● **TO DO**
Copy the records below word for word. Stop after the line that contains "v -4.025 30.741 13.208".

● **Data items**
================================

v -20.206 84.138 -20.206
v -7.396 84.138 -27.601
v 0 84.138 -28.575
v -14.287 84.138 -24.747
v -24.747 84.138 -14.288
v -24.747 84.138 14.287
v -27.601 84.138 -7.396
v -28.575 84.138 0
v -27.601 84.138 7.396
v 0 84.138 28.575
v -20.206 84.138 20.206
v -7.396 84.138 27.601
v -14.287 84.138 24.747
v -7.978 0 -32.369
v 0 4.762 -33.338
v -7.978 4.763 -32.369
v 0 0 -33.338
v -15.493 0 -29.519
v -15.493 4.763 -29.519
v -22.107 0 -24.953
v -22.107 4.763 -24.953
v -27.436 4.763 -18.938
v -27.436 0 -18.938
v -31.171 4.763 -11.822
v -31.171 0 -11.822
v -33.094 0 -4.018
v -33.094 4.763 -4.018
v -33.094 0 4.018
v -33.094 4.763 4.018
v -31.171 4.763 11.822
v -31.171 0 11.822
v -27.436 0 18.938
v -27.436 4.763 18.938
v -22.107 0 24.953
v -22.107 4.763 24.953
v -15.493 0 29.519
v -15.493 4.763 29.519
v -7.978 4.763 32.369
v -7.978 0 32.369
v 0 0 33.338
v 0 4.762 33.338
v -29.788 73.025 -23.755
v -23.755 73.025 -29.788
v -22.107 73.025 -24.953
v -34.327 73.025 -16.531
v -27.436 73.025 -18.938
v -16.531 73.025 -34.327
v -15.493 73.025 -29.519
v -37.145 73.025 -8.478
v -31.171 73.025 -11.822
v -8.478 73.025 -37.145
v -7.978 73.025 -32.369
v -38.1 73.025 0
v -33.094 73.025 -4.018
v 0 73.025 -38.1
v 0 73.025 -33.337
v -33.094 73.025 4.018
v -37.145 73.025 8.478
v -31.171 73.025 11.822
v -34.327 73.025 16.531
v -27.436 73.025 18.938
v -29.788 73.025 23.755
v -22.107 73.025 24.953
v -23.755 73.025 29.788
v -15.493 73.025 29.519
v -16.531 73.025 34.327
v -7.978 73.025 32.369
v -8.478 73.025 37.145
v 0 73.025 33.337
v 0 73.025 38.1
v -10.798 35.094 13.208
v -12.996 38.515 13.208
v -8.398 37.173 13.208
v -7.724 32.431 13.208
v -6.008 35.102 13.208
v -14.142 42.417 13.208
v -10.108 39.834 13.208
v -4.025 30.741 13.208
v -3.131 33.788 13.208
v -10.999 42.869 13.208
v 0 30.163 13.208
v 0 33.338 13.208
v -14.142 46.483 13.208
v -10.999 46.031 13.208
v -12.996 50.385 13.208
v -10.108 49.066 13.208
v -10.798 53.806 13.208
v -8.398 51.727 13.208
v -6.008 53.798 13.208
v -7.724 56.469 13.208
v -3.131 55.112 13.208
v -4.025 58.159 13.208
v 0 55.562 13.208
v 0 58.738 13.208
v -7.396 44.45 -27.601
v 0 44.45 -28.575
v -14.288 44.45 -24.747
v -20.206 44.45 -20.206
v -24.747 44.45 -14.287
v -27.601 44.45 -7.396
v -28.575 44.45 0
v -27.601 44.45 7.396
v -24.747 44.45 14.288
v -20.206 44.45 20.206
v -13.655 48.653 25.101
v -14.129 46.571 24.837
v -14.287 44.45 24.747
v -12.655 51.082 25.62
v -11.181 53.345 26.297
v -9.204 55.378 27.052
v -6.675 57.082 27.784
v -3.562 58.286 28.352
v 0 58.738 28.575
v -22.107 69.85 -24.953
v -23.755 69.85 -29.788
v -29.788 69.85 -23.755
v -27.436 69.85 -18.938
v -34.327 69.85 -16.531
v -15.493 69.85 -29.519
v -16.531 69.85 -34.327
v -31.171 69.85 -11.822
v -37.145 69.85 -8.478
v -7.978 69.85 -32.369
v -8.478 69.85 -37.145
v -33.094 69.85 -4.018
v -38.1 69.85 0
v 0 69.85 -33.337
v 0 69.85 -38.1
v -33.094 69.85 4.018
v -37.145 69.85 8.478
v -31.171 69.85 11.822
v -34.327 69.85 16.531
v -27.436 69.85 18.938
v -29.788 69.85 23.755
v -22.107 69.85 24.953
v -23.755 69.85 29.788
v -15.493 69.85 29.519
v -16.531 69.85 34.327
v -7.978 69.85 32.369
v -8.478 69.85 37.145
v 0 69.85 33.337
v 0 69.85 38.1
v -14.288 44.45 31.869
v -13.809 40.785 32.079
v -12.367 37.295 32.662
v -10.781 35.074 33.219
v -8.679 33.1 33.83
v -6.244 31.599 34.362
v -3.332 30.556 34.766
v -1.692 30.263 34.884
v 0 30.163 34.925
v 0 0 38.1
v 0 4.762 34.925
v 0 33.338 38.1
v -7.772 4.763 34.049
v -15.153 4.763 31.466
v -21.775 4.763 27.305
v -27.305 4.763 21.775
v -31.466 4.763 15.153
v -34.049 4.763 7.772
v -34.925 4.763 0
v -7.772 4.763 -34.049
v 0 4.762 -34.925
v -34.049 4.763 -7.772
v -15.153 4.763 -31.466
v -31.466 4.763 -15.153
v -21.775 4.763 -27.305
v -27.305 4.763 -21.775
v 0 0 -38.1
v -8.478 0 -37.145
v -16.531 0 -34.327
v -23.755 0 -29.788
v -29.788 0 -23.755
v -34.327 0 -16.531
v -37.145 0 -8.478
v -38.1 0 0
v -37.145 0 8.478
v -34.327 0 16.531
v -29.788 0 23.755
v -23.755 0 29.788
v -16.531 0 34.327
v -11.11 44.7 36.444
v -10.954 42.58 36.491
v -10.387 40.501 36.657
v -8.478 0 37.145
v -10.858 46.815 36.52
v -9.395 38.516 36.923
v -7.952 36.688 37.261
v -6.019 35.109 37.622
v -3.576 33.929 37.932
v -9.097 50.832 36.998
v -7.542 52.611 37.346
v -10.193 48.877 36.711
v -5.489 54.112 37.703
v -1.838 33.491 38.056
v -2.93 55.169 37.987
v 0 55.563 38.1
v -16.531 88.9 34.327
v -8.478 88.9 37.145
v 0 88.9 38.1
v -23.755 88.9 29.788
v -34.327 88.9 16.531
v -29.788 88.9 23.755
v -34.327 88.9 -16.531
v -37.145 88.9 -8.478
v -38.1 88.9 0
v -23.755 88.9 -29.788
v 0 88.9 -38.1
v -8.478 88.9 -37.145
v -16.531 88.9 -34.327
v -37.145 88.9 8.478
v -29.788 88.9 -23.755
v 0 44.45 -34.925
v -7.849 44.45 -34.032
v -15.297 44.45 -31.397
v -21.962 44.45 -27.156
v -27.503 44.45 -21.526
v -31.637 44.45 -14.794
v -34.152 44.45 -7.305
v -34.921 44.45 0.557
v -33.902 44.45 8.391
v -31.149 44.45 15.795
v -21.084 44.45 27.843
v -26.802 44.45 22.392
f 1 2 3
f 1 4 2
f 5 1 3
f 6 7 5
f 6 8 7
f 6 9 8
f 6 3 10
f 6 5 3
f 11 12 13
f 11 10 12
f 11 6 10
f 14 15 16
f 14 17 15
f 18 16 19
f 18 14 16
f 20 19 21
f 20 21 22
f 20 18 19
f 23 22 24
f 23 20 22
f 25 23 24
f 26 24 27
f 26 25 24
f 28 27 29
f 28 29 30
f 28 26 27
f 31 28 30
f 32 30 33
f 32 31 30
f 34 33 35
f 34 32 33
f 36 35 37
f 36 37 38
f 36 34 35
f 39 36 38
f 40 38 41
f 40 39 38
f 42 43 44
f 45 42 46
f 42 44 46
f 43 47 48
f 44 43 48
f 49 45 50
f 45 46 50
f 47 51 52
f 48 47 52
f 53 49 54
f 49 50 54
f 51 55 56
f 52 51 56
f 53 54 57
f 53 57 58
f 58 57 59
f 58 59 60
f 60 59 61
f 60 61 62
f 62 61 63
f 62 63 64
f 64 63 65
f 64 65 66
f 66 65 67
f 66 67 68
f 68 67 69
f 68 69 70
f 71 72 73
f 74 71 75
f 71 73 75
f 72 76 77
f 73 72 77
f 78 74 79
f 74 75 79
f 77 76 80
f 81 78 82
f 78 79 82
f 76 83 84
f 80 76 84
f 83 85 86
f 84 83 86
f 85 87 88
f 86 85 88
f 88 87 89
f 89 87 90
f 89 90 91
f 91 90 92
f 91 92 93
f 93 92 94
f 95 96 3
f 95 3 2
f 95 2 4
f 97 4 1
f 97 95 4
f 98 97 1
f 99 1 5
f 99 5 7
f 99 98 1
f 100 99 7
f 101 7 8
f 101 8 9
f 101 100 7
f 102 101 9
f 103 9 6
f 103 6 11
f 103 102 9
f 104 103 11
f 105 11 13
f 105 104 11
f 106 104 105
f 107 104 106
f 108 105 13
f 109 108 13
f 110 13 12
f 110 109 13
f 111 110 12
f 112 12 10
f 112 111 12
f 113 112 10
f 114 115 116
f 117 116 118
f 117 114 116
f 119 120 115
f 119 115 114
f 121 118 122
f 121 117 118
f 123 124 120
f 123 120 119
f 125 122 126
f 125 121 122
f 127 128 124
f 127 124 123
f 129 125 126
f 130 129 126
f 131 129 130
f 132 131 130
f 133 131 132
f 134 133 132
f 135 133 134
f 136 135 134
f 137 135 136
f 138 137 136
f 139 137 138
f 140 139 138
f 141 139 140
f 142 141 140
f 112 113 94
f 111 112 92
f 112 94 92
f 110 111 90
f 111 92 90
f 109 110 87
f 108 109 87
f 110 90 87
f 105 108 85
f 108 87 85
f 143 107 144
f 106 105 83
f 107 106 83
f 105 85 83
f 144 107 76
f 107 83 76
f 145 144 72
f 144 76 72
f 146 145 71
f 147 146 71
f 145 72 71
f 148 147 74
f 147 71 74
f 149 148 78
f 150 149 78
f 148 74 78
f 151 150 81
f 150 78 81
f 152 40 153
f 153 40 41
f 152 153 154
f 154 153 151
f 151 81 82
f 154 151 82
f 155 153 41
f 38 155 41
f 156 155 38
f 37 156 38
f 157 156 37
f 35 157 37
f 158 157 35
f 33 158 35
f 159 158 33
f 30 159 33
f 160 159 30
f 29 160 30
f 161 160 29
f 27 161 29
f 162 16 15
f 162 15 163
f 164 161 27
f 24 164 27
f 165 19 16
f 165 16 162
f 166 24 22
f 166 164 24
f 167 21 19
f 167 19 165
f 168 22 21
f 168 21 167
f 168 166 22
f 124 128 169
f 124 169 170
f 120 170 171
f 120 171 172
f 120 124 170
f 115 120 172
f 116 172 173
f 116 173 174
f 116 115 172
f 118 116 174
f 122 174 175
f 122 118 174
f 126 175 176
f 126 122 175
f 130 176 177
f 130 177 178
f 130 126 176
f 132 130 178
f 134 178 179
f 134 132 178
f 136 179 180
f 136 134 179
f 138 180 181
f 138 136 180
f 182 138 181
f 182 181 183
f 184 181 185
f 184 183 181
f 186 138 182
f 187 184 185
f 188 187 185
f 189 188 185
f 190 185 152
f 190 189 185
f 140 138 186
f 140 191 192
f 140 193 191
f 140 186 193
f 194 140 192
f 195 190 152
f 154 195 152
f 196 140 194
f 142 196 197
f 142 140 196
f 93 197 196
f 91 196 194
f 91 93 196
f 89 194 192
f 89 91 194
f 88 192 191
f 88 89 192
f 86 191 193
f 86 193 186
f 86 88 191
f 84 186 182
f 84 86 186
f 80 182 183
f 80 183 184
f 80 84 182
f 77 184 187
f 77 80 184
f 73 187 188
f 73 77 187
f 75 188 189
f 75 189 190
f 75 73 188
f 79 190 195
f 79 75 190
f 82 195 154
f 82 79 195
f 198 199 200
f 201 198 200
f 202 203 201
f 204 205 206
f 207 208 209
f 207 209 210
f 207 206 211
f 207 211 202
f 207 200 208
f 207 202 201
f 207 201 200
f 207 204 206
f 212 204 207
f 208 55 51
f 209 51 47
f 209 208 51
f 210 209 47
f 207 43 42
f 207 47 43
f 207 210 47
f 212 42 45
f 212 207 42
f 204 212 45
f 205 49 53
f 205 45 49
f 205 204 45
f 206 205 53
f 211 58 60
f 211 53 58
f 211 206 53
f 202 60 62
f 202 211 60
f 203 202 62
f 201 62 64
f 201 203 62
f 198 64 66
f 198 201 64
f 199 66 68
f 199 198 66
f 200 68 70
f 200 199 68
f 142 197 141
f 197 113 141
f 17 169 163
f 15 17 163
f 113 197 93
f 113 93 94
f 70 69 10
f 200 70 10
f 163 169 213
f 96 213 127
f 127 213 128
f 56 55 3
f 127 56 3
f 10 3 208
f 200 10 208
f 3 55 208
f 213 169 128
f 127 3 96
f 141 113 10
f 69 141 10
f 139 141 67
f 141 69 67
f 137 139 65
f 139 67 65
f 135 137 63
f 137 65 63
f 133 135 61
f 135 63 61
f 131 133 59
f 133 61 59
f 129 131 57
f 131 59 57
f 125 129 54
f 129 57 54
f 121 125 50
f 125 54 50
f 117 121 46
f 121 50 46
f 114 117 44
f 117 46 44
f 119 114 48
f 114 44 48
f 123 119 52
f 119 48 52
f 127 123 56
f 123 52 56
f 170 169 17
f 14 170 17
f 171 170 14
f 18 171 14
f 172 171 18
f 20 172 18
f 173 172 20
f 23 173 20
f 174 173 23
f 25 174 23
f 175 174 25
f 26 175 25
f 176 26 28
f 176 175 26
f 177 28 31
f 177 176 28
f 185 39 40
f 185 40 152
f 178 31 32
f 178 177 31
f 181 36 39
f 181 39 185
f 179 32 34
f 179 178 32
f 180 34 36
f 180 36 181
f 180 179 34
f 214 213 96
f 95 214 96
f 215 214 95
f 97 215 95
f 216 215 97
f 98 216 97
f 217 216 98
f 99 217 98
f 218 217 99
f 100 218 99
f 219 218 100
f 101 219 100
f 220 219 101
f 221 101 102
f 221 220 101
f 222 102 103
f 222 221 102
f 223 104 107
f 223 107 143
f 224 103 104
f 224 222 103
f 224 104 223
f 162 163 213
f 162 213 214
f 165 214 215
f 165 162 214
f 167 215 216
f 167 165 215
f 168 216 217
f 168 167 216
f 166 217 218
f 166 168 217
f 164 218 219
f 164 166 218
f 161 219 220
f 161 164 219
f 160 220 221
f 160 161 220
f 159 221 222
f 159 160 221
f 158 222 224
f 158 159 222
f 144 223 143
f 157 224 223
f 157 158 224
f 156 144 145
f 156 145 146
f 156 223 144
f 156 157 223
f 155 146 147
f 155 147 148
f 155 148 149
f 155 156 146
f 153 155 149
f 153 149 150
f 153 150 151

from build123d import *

# Parameters (mm, degrees)
MAIN_ANGLE          = 180
CIRCULAR_BOSS_REACH = 111.487
SKETCH6_R           = 11.1125
CIRCULAR_CUT_DEPTH  = 110.4866698
SKETCH7_W           = 4.7625
SKETCH7_H           = 3.175


with BuildPart() as part:
    # Sketch1 → Main (revolve)
    with BuildSketch(Plane(origin=(0, 0, 0), x_dir=(0, 0, -1), z_dir=(1, 0, 0))):
        Polygon((38.1, 88.9), (0, 88.9), (0, 84.1375), (28.575, 84.1375), (28.575, 44.45), (34.925, 44.45), (34.925, 4.7625), (33.3375, 4.7625), (33.3375, 0), (38.1, 0), align=None)
    revolve(axis=Axis((0, 88.9, 0), (0, 1, 0)), revolution_arc=MAIN_ANGLE)

    # Sketch5 → Circular Boss (add, up to next)
    with BuildSketch(Plane.XY.offset(13.208), mode=Mode.PRIVATE) as circular_boss_sk1:
        with BuildLine():
            Line((0, 30.1625), (0, 58.7375))
            ThreePointArc((0, 58.7375), (-14.2875, 44.45), (0, 30.1625))
        make_face()
    circular_boss_tool1 = extrude(circular_boss_sk1.sketch, amount=CIRCULAR_BOSS_REACH, mode=Mode.PRIVATE) - part.part
    add(circular_boss_tool1.solids().sort_by_distance((-6.063803, 44.45, 13.208))[0])

    # Sketch6 → Circular Cut (cut, through all)
    with BuildSketch(Plane.XY.offset(13.208)):
        with Locations((0, 44.45)):
            Circle(SKETCH6_R)
    extrude(amount=CIRCULAR_CUT_DEPTH, mode=Mode.SUBTRACT)

    # Sketch7 → Cut-Revolve1 (revolve, cut)
    with BuildSketch(Plane(origin=(0, 7.447290845, 55.242674731), x_dir=(0, 0, -1), z_dir=(1, 0, 0))):
        with Locations((90.961424731, 63.990209155)):
            Rectangle(SKETCH7_W, SKETCH7_H)
    revolve(axis=Axis((0, 73.025, 0), (0, -1, 0)), mode=Mode.SUBTRACT)


solid = part.part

================================

● **RESULT**
v -20.206 84.138 -20.206
v -7.396 84.138 -27.601
v 0 84.138 -28.575
v -14.287 84.138 -24.747
v -24.747 84.138 -14.288
v -24.747 84.138 14.287
v -27.601 84.138 -7.396
v -28.575 84.138 0
v -27.601 84.138 7.396
v 0 84.138 28.575
v -20.206 84.138 20.206
v -7.396 84.138 27.601
v -14.287 84.138 24.747
v -7.978 0 -32.369
v 0 4.762 -33.338
v -7.978 4.763 -32.369
v 0 0 -33.338
v -15.493 0 -29.519
v -15.493 4.763 -29.519
v -22.107 0 -24.953
v -22.107 4.763 -24.953
v -27.436 4.763 -18.938
v -27.436 0 -18.938
v -31.171 4.763 -11.822
v -31.171 0 -11.822
v -33.094 0 -4.018
v -33.094 4.763 -4.018
v -33.094 0 4.018
v -33.094 4.763 4.018
v -31.171 4.763 11.822
v -31.171 0 11.822
v -27.436 0 18.938
v -27.436 4.763 18.938
v -22.107 0 24.953
v -22.107 4.763 24.953
v -15.493 0 29.519
v -15.493 4.763 29.519
v -7.978 4.763 32.369
v -7.978 0 32.369
v 0 0 33.338
v 0 4.762 33.338
v -29.788 73.025 -23.755
v -23.755 73.025 -29.788
v -22.107 73.025 -24.953
v -34.327 73.025 -16.531
v -27.436 73.025 -18.938
v -16.531 73.025 -34.327
v -15.493 73.025 -29.519
v -37.145 73.025 -8.478
v -31.171 73.025 -11.822
v -8.478 73.025 -37.145
v -7.978 73.025 -32.369
v -38.1 73.025 0
v -33.094 73.025 -4.018
v 0 73.025 -38.1
v 0 73.025 -33.337
v -33.094 73.025 4.018
v -37.145 73.025 8.478
v -31.171 73.025 11.822
v -34.327 73.025 16.531
v -27.436 73.025 18.938
v -29.788 73.025 23.755
v -22.107 73.025 24.953
v -23.755 73.025 29.788
v -15.493 73.025 29.519
v -16.531 73.025 34.327
v -7.978 73.025 32.369
v -8.478 73.025 37.145
v 0 73.025 33.337
v 0 73.025 38.1
v -10.798 35.094 13.208
v -12.996 38.515 13.208
v -8.398 37.173 13.208
v -7.724 32.431 13.208
v -6.008 35.102 13.208
v -14.142 42.417 13.208
v -10.108 39.834 13.208
v -4.025 30.741 13.208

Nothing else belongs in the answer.